I've got a Comp Tac CTAC right now and I hate the thing more and more each day. I ordered a Brommeland a couple weeks ago. I let y'all know how that works out once I get it.


----------



## stormbringerr

*super tuck*

this is a site i was looking at today thier super tuck may be worth considering,it sounds like a good deal. /http://www.crossbreedholsters.com/ sorry i had one too many caracters in the web site


----------



## res1b3uq

*Iwb*

After several false starts, I constructed my own holster. The side next to me is upholstry plastic, lined with thin leather. This fits the conture of the entire gun, to protect the gun from me. The outside of the holster is high quality leather, shaped to my Para P12, up over the trigger guard. (Don't put your finger on the trigger until ready to shoot) This entire rig fits tightly into a loop below my belt. I can cover the gun with a tucked in shirt. I have several loop setups, to match the belt I am wearing. Ugly? Hey, it's concealed, remember? Does it work? You bet!!


----------



## Mike Barham

res1b3uq said:


> After several false starts, I constructed my own holster. The side next to me is upholstry plastic, lined with thin leather. This fits the conture of the entire gun, to protect the gun from me. The outside of the holster is high quality leather, shaped to my Para P12, up over the trigger guard. (Don't put your finger on the trigger until ready to shoot) This entire rig fits tightly into a loop below my belt. I can cover the gun with a tucked in shirt. I have several loop setups, to match the belt I am wearing. Ugly? Hey, it's concealed, remember? Does it work? You bet!!

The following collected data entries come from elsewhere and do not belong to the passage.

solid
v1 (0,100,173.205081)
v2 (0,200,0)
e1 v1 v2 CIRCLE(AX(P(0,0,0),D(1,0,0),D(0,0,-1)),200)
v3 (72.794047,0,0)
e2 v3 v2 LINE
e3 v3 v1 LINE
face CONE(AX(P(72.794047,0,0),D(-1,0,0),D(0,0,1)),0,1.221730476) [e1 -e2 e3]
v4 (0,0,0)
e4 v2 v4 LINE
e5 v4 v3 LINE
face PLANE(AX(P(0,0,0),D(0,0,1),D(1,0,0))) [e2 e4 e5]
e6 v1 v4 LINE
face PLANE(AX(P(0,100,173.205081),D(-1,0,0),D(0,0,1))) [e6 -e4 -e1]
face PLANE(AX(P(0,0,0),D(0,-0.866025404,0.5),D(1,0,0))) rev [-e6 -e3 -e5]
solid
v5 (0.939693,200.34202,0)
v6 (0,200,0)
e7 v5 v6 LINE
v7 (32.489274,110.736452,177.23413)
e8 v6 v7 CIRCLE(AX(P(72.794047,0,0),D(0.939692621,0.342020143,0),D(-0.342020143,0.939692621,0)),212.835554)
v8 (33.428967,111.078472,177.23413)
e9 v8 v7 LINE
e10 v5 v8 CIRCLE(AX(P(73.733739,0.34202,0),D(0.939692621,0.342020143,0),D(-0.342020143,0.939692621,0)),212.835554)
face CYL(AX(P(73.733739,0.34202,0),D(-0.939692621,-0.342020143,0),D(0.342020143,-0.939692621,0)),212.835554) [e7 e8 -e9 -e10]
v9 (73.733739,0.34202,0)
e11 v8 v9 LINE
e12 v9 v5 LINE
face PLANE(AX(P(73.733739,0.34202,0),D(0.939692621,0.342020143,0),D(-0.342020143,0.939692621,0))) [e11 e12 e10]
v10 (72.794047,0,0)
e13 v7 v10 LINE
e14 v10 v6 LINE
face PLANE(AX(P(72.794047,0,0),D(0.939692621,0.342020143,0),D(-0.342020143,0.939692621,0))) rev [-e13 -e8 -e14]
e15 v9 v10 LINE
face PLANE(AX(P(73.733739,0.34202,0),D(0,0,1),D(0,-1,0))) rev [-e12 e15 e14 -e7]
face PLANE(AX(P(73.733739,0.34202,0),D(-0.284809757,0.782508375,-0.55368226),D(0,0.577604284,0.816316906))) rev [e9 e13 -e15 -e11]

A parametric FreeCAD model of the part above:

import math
import FreeCAD as App
import Part
import Sketcher

V = App.Vector
Q = App.Units.Quantity

doc = App.newDocument("Part")
params = doc.addObject("Spreadsheet::Sheet", "Params")
for row, (alias, value) in enumerate([
    ("sketch1_height", "200 mm"),
    ("revolution_angle", "300 deg"),
    ("pad1_length", "1 mm"),
], start=1):
    params.set(f"A{row}", alias)
    params.set(f"B{row}", "=" + value)
    params.setAlias(f"B{row}", alias)

body = doc.addObject("PartDesign::Body", "Body")
body.AllowCompound = True

# Sketch on XY plane
sketch1 = body.newObject("Sketcher::SketchObject", "Sketch")
sketch1.AttachmentSupport = (doc.getObject("XY_Plane"), [""])
sketch1.MapMode = "FlatFace"
sketch1.addGeometry(Part.LineSegment(V(0, 0, 0), V(73, 0, 0)), False)
sketch1.addGeometry(Part.LineSegment(V(73, 0, 0), V(0, 200, 0)), False)
sketch1.addGeometry(Part.LineSegment(V(0, 200, 0), V(0, 0, 0)), False)
sketch1.addConstraint(Sketcher.Constraint("Coincident", 0, 2, 1, 1))
sketch1.addConstraint(Sketcher.Constraint("Coincident", 1, 2, 2, 1))
sketch1.addConstraint(Sketcher.Constraint("Coincident", 2, 2, 0, 1))
sketch1.addConstraint(Sketcher.Constraint("Horizontal", 0))
sketch1.addConstraint(Sketcher.Constraint("Vertical", 2))
sketch1.addConstraint(Sketcher.Constraint("Coincident", 2, 2, -1, 1))
sketch1.addConstraint(Sketcher.Constraint("DistanceY", 2, 2, 2, 1, Q("200 mm")))
sketch1.addConstraint(Sketcher.Constraint("Angle", 1, Q("110 deg")))
sketch1.setExpression("Constraints[6]", "Params.sketch1_height")
revolution = body.newObject("PartDesign::Revolution", "Revolution")
revolution.Profile = sketch1
revolution.ReferenceAxis = (sketch1, ["H_Axis"])
revolution.setExpression("Angle", "Params.revolution_angle")
revolution.Reversed = True

# Sketch on an angled plane
sketch2 = body.newObject("Sketcher::SketchObject", "Sketch001")
sketch2.Placement = App.Placement(V(64.278761, 23.395556, 0), App.Rotation(V(0, 0, -1), V(-0.342020143, 0.939692621, 0), V(0.939692621, 0.342020143, 0), "ZXY"))
sketch2.addGeometry(Part.LineSegment(V(-177, 93, 0), V(0, -25, 0)), False)
sketch2.addGeometry(Part.LineSegment(V(0, -25, 0), V(0, 188, 0)), False)
sketch2.addGeometry(Part.ArcOfCircle(Part.Circle(V(0, -25, 0), V(0, 0, 1), 213), math.radians(90), math.radians(146)), False)
sketch2.addConstraint(Sketcher.Constraint("Coincident", 0, 2, 1, 1))
sketch2.addConstraint(Sketcher.Constraint("Coincident", 1, 2, 2, 1))
sketch2.addConstraint(Sketcher.Constraint("Coincident", 2, 2, 0, 1))
sketch2.addConstraint(Sketcher.Constraint("Vertical", 1))
sketch2.addConstraint(Sketcher.Constraint("Coincident", 0, 2, 2, 3))
sketch2.addConstraint(Sketcher.Constraint("PointOnObject", 2, 3, -2))
sketch2.addConstraint(Sketcher.Constraint("Angle", 0, Q("-33.62 deg")))
sketch2.addConstraint(Sketcher.Constraint("Radius", 2, Q("212.835554 mm")))
sketch2.addConstraint(Sketcher.Constraint("DistanceY", 2, 3, -1, 1, Q("24.89703 mm")))
pad1 = body.newObject("PartDesign::Pad", "Pad")
pad1.Profile = sketch2
pad1.setExpression("Length", "Params.pad1_length")

doc.recompute()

Do you have a pic of your handiwork? Sounds interesting.


----------



## Charlie

milquetoast said:


> ...........When I carry the 342 (and other snubbies) on the belt, it is without a holster. I have Barami Hip Grips and Tyler T-Grips on all my J-frames.............


Absolutely the best way to carry a snubbie! IMHO, Comfortable, conceals great, no maintenance, inexpensive, safe, etc. :smt023


----------



## JimmySays

I picked OWB paddle for ease of on/off, although, I have plenty of OWB belt holsters plus that Galco Miami whatever shoulder rig.
With my beer belly and the tension on my belt, IWB is not treated as a viable carry alternative at this time. Although I can slip my Kahr P40 or Sig P6 down the back of my pants, running down the spinal cord groove, so to speak.


----------



## Texasdoc

I carry mostly with a Kickpatrick Texas Strong side ot my nylon pancake made by some off the market company.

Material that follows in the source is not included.